What the exercise asks
The entries that follow include a run beginning at the line with "v 0.442 4 11.067" and ending at the line with "v 1.396 4 386.952"; restate that run word for word and leave the rest out.
*** Data to use ***
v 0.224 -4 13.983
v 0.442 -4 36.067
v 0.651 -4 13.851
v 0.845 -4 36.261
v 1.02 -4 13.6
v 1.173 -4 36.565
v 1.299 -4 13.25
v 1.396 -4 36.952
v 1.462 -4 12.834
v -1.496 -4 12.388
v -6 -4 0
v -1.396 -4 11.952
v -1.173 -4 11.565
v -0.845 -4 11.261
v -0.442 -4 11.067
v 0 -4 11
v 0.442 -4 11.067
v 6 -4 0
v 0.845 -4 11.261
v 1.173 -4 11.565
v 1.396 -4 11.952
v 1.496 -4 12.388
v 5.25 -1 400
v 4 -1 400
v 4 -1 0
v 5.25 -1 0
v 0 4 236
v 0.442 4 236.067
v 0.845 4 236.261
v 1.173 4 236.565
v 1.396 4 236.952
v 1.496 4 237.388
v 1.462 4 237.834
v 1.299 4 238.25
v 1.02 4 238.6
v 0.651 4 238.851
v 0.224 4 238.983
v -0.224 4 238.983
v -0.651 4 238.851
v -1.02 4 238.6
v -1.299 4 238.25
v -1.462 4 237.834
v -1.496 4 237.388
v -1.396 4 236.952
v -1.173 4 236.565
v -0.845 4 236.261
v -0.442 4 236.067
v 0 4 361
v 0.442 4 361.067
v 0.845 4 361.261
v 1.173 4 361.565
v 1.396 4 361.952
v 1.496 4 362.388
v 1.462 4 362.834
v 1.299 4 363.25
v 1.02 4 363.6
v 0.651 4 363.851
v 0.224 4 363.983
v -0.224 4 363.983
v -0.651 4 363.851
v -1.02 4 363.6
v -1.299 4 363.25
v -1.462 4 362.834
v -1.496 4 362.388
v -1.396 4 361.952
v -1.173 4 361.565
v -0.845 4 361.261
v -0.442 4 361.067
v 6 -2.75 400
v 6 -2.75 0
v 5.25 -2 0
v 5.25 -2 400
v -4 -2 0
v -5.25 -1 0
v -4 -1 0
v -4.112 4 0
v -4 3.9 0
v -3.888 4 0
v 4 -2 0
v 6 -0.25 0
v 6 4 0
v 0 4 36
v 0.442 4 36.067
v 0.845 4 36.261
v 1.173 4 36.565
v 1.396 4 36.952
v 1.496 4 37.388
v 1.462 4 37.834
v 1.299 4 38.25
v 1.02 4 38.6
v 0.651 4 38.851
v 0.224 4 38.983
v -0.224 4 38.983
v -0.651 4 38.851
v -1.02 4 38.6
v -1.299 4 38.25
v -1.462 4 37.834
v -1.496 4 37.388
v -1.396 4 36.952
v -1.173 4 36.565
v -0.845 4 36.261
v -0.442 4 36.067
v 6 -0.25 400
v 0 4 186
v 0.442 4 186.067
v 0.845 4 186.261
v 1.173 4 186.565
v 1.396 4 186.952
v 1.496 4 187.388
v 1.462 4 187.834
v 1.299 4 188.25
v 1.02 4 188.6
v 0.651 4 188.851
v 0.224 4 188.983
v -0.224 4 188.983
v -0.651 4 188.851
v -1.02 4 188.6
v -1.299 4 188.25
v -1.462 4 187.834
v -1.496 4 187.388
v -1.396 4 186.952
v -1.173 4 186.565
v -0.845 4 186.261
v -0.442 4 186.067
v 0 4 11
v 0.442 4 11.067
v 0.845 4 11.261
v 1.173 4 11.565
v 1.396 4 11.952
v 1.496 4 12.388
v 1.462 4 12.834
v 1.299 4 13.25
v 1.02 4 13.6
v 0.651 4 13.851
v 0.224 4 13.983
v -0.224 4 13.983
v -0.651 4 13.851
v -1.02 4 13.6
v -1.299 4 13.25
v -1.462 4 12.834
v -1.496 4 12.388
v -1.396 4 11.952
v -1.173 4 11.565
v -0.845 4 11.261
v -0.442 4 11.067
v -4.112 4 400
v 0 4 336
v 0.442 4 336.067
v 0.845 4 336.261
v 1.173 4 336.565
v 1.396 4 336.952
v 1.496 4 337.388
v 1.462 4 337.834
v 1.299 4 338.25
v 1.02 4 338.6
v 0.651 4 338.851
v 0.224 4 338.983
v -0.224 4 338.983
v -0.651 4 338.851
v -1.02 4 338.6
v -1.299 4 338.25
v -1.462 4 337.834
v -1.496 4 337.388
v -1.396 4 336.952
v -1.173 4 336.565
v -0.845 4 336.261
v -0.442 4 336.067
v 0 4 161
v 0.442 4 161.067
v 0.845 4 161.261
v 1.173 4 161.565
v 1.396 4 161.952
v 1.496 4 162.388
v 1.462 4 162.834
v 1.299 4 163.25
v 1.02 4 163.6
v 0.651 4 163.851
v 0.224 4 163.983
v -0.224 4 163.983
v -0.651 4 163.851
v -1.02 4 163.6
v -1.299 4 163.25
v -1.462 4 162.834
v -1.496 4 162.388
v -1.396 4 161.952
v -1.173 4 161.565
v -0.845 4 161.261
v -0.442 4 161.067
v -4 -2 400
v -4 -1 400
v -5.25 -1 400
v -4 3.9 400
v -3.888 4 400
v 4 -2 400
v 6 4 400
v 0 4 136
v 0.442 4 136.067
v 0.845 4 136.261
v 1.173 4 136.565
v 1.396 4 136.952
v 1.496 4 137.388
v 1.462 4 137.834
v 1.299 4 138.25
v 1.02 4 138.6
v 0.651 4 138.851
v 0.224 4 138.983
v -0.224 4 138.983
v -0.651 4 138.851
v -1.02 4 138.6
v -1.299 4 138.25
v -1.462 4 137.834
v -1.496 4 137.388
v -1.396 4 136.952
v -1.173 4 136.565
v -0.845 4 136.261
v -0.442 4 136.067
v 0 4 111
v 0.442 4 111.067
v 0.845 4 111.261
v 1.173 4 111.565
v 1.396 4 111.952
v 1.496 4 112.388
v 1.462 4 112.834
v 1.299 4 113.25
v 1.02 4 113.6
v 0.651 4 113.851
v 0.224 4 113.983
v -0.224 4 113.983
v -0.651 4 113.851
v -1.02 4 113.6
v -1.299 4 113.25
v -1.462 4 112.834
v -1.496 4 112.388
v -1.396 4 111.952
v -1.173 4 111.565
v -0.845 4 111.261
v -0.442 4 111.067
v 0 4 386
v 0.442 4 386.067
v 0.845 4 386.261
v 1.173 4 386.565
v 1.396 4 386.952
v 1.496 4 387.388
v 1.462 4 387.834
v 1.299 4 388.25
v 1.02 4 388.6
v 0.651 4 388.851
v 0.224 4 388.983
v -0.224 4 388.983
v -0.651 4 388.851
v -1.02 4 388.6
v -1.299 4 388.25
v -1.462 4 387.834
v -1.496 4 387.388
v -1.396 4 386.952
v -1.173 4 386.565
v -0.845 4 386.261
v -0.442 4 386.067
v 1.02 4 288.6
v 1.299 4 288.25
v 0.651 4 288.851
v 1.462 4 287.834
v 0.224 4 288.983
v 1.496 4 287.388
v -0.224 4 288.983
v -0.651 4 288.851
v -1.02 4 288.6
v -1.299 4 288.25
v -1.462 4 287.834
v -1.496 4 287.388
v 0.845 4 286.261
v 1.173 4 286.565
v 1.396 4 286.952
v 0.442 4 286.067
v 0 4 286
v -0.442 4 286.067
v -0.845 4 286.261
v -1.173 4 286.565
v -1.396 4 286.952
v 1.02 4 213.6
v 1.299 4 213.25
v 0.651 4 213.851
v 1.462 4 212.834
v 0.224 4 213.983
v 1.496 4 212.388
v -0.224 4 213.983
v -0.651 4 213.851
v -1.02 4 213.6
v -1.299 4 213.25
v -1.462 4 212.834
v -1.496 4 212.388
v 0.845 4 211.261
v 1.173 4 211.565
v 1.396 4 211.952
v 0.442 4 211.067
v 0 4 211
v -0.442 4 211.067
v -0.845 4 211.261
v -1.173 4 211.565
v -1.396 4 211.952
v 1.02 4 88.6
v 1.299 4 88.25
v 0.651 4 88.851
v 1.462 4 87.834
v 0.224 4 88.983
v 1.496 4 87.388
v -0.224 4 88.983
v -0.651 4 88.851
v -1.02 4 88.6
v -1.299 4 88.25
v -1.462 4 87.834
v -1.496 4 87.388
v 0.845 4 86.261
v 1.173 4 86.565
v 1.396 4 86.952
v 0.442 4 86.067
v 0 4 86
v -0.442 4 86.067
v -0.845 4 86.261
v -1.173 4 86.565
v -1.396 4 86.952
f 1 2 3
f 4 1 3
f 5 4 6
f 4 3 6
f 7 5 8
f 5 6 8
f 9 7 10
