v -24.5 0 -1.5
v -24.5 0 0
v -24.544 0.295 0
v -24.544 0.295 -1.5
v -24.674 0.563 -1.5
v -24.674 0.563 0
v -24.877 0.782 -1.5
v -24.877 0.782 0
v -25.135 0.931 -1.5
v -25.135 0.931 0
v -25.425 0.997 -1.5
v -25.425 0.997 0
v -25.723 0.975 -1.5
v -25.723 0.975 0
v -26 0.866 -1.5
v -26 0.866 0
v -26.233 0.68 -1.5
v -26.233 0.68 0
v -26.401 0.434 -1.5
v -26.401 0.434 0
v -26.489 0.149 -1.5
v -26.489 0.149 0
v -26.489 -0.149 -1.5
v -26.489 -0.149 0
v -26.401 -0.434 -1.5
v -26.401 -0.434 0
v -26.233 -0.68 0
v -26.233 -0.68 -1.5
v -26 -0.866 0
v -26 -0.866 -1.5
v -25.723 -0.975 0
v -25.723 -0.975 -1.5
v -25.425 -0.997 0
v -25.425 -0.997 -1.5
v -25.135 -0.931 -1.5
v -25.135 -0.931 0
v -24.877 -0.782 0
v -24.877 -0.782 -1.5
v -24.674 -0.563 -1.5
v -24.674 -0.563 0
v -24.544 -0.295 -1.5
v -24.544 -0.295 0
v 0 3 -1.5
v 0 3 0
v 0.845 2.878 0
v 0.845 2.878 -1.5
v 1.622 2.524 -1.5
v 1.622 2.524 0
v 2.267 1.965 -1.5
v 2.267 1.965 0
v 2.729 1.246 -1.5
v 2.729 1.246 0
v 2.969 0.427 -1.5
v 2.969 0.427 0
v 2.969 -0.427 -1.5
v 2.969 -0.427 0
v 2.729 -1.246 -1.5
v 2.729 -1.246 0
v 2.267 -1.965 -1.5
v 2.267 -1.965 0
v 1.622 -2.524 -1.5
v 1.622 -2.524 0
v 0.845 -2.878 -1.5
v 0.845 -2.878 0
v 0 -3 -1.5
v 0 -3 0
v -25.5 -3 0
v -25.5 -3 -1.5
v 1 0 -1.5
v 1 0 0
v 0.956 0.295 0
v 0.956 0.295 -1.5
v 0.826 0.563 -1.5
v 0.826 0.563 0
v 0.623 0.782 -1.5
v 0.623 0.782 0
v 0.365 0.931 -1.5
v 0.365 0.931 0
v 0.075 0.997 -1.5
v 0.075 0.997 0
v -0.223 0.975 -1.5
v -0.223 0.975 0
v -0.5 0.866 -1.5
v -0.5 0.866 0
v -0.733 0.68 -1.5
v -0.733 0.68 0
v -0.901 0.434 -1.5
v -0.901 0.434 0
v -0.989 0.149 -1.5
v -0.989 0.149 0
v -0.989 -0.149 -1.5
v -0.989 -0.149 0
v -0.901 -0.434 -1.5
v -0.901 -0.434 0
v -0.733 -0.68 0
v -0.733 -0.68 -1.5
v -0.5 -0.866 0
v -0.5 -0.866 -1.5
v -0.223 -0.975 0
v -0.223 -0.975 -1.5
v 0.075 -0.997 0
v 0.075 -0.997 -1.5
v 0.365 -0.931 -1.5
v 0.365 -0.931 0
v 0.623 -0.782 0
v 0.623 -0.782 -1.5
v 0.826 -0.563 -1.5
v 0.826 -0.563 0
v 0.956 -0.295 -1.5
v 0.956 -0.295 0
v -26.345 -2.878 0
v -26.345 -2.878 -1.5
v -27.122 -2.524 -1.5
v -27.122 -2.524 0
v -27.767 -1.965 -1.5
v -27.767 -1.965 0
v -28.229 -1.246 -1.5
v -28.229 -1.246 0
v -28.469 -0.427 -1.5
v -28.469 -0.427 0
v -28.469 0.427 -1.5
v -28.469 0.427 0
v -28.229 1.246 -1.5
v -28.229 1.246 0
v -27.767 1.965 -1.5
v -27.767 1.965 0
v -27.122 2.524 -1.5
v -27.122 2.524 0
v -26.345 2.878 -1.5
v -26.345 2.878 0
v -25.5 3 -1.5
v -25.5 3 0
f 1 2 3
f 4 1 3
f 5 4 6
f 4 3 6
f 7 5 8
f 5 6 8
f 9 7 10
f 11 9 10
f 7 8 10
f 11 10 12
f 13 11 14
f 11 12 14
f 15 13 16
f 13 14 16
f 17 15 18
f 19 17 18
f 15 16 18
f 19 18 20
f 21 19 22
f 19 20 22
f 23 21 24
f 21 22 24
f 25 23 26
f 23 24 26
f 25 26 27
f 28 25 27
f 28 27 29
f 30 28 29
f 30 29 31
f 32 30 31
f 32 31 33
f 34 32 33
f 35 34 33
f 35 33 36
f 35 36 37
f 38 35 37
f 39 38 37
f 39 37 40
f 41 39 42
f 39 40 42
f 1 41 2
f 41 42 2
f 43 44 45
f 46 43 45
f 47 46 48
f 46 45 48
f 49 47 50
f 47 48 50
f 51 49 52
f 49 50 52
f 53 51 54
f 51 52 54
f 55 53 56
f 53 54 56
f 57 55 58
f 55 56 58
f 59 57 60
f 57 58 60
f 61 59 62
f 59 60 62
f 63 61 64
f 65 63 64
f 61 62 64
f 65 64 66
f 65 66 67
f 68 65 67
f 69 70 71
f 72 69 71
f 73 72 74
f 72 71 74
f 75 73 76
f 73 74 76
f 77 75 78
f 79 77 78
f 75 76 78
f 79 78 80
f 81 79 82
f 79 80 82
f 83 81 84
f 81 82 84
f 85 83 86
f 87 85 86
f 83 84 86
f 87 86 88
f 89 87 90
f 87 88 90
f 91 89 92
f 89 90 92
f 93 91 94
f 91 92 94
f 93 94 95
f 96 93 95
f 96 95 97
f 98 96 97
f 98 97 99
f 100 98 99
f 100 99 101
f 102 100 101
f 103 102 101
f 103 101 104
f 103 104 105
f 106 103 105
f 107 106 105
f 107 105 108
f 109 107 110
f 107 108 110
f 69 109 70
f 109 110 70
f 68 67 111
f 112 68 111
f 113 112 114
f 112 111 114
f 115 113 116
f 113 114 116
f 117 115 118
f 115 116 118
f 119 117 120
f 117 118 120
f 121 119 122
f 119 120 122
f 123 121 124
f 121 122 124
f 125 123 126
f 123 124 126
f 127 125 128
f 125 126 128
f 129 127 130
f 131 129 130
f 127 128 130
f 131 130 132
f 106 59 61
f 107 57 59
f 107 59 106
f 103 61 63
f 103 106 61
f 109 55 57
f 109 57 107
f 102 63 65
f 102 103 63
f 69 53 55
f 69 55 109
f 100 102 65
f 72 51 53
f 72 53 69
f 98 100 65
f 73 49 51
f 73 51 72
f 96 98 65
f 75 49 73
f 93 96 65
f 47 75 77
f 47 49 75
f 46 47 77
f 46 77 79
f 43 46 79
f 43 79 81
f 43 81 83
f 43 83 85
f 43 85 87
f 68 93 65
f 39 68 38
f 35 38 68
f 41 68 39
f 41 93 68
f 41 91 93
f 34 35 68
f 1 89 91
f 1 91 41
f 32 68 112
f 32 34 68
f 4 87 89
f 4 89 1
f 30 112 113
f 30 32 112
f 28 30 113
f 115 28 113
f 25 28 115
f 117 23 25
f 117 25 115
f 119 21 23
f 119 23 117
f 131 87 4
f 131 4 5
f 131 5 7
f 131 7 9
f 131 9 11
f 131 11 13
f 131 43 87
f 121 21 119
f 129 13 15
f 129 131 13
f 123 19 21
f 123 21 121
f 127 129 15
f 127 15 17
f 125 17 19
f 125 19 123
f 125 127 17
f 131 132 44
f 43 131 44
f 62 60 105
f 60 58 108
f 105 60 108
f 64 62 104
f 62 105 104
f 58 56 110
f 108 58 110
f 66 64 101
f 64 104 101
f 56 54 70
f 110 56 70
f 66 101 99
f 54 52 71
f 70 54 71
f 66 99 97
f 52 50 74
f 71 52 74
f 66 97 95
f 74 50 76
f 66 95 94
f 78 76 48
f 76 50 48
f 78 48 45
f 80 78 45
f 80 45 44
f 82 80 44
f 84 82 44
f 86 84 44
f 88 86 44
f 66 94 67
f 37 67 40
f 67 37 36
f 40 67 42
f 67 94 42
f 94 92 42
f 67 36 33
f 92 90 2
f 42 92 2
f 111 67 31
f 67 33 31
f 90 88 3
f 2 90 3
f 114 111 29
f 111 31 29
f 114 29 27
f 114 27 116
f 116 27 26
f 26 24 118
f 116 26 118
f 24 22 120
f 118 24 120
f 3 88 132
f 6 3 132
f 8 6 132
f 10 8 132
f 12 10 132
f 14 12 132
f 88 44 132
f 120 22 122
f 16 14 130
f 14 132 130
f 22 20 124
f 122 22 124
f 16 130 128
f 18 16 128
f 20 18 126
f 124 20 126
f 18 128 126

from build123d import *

# Parameters (mm, degrees)
ESQUISSE1_R      = 1
EXTRUSION1_DEPTH = 1.5


with BuildPart() as part:
    # Esquisse1 → Extrusion1 (new body)
    with BuildSketch(Plane.XY):
        with BuildLine():
            Line((-25.5, 3), (0, 3))
            ThreePointArc((0, 3), (3, 0), (0, -3))
            Line((0, -3), (-25.5, -3))
            ThreePointArc((-25.5, -3), (-28.5, 0), (-25.5, 3))
        make_face()
        Circle(ESQUISSE1_R, mode=Mode.SUBTRACT)
        with Locations((-25.5, 0)):
            Circle(ESQUISSE1_R, mode=Mode.SUBTRACT)
    extrude(amount=-EXTRUSION1_DEPTH)


solid = part.part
*** End of Data to use ***
Answer space
v 0.442 4 11.067
v 0.845 4 11.261
v 1.173 4 11.565
v 1.396 4 11.952
v 1.496 4 12.388
v 1.462 4 12.834
v 1.299 4 13.25
v 1.02 4 13.6
v 0.651 4 13.851
v 0.224 4 13.983
v -0.224 4 13.983
v -0.651 4 13.851
v -1.02 4 13.6
v -1.299 4 13.25
v -1.462 4 12.834
v -1.496 4 12.388
v -1.396 4 11.952
v -1.173 4 11.565
v -0.845 4 11.261
v -0.442 4 11.067
v -4.112 4 400
v 0 4 336
v 0.442 4 336.067
v 0.845 4 336.261
v 1.173 4 336.565
v 1.396 4 336.952
v 1.496 4 337.388
v 1.462 4 337.834
v 1.299 4 338.25
v 1.02 4 338.6
v 0.651 4 338.851
v 0.224 4 338.983
v -0.224 4 338.983
v -0.651 4 338.851
v -1.02 4 338.6
v -1.299 4 338.25
v -1.462 4 337.834
v -1.496 4 337.388
v -1.396 4 336.952
v -1.173 4 336.565
v -0.845 4 336.261
v -0.442 4 336.067
v 0 4 161
v 0.442 4 161.067
v 0.845 4 161.261
v 1.173 4 161.565
v 1.396 4 161.952
v 1.496 4 162.388
v 1.462 4 162.834
v 1.299 4 163.25
v 1.02 4 163.6
v 0.651 4 163.851
v 0.224 4 163.983
v -0.224 4 163.983
v -0.651 4 163.851
v -1.02 4 163.6
v -1.299 4 163.25
v -1.462 4 162.834
v -1.496 4 162.388
v -1.396 4 161.952
v -1.173 4 161.565
v -0.845 4 161.261
v -0.442 4 161.067
v -4 -2 400
v -4 -1 400
v -5.25 -1 400
v -4 3.9 400
v -3.888 4 400
v 4 -2 400
v 6 4 400
v 0 4 136
v 0.442 4 136.067
v 0.845 4 136.261
v 1.173 4 136.565
v 1.396 4 136.952
v 1.496 4 137.388
v 1.462 4 137.834
v 1.299 4 138.25
v 1.02 4 138.6
v 0.651 4 138.851
v 0.224 4 138.983
v -0.224 4 138.983
v -0.651 4 138.851
v -1.02 4 138.6
v -1.299 4 138.25
v -1.462 4 137.834
v -1.496 4 137.388
v -1.396 4 136.952
v -1.173 4 136.565
v -0.845 4 136.261
v -0.442 4 136.067
v 0 4 111
v 0.442 4 111.067
v 0.845 4 111.261
v 1.173 4 111.565
v 1.396 4 111.952
v 1.496 4 112.388
v 1.462 4 112.834
v 1.299 4 113.25
v 1.02 4 113.6
v 0.651 4 113.851
v 0.224 4 113.983
v -0.224 4 113.983
v -0.651 4 113.851
v -1.02 4 113.6
v -1.299 4 113.25
v -1.462 4 112.834
v -1.496 4 112.388
v -1.396 4 111.952
v -1.173 4 111.565
v -0.845 4 111.261
v -0.442 4 111.067
v 0 4 386
v 0.442 4 386.067
v 0.845 4 386.261
v 1.173 4 386.565
v 1.396 4 386.952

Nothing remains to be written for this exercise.